▶ _The data_:

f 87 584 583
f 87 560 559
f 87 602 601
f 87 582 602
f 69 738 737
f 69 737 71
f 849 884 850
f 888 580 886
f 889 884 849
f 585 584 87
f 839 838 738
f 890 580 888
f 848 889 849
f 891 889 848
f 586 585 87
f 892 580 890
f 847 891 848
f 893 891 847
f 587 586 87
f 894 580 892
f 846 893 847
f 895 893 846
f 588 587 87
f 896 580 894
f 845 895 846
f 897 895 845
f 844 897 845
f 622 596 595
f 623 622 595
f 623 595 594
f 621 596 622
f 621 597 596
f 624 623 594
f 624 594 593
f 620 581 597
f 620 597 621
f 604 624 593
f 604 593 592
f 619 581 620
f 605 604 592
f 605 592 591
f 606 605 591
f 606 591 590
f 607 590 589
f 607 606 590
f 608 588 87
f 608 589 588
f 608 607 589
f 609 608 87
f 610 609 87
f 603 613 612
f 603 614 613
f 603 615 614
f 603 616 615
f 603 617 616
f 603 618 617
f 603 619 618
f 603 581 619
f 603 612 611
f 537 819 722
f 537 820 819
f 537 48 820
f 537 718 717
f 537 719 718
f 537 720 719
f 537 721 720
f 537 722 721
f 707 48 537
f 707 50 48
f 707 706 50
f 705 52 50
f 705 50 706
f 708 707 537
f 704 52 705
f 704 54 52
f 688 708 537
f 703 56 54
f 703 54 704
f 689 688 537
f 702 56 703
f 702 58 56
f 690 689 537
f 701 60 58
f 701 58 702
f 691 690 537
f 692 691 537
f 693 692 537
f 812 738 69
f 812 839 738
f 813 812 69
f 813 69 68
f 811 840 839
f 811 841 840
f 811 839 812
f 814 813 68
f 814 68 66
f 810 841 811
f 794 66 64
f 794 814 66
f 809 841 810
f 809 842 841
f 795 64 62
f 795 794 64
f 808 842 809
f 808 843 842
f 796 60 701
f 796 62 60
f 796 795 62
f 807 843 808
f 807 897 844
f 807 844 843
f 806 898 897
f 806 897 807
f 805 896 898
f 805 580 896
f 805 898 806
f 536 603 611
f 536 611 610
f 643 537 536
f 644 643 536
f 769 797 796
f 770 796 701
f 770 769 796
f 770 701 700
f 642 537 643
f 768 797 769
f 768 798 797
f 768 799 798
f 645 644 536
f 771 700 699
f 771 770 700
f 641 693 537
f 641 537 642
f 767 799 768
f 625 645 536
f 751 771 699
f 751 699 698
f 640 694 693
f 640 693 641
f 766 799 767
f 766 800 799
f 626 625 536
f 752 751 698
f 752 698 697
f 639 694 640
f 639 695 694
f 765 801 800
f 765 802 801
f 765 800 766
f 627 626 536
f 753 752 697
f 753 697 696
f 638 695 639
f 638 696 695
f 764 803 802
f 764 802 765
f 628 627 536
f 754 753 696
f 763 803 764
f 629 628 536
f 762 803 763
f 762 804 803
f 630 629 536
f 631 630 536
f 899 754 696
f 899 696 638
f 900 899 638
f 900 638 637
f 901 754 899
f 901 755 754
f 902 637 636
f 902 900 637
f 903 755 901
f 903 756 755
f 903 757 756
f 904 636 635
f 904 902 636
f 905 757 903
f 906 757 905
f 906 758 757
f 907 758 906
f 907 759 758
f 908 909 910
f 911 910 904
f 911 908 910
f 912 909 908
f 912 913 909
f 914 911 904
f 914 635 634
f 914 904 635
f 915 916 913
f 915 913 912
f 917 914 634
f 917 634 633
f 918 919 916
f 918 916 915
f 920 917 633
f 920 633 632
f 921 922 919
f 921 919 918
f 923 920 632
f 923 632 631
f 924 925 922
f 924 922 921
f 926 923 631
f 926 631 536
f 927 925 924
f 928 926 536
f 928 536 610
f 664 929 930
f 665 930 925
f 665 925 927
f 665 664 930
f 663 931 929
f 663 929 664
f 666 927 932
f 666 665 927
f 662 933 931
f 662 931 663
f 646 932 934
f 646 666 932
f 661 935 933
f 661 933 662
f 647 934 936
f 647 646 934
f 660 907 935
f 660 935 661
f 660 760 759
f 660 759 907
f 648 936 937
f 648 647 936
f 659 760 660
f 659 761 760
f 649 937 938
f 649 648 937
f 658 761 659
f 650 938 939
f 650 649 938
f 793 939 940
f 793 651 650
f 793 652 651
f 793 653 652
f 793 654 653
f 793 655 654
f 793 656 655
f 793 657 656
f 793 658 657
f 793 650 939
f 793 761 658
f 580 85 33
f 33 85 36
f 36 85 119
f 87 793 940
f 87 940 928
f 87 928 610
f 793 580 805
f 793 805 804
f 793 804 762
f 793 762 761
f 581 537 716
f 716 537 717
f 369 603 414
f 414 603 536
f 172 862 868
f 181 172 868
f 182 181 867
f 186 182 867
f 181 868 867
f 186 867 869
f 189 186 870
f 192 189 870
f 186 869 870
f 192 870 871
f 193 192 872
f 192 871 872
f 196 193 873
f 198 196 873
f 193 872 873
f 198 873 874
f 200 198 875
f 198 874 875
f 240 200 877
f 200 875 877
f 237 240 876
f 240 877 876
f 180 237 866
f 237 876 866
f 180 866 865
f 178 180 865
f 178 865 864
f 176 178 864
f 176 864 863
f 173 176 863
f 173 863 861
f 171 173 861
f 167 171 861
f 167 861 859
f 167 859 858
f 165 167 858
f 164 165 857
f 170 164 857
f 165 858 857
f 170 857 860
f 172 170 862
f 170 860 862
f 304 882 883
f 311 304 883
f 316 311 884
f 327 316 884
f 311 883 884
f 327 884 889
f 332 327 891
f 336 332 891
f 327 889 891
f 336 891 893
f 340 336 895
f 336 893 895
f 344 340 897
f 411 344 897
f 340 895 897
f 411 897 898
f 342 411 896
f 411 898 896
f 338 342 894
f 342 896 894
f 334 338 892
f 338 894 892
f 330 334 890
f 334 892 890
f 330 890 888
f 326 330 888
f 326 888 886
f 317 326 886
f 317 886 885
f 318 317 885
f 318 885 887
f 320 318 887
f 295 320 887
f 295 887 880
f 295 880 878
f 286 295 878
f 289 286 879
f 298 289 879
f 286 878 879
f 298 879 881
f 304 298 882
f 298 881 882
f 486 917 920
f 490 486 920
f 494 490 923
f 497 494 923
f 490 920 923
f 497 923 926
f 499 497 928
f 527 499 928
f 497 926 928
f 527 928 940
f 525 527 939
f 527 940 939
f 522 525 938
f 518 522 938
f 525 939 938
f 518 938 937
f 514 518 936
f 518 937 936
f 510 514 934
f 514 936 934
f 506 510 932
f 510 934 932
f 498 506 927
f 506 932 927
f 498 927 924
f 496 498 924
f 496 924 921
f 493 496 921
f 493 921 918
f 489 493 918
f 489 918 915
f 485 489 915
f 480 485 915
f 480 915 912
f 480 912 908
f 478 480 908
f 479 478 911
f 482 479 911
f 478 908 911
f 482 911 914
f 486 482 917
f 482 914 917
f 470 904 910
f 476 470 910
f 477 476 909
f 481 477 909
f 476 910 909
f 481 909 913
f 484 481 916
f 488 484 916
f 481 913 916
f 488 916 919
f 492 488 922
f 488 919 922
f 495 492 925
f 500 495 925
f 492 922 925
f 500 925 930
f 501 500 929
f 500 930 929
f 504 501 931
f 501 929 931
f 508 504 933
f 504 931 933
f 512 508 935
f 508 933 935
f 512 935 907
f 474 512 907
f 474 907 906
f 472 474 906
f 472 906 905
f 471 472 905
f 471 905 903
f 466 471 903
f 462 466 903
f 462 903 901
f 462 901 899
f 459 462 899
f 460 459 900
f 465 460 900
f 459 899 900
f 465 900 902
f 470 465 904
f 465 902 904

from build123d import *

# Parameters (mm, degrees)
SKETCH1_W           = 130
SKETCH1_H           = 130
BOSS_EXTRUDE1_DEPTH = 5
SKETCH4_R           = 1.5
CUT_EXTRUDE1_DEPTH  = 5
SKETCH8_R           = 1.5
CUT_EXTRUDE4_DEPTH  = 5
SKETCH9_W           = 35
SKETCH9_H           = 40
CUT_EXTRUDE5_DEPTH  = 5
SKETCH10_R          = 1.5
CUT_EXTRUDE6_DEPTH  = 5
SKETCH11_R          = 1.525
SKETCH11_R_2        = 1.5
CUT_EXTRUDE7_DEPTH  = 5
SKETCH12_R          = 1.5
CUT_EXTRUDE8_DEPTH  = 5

▶ _What is being asked_: Your reply is to repeat, unchanged, the lines above running from the one with "f 603 613 612" up to and including the one with "f 707 706 50".

▶ _Solution_:
f 603 613 612
f 603 614 613
f 603 615 614
f 603 616 615
f 603 617 616
f 603 618 617
f 603 619 618
f 603 581 619
f 603 612 611
f 537 819 722
f 537 820 819
f 537 48 820
f 537 718 717
f 537 719 718
f 537 720 719
f 537 721 720
f 537 722 721
f 707 48 537
f 707 50 48
f 707 706 50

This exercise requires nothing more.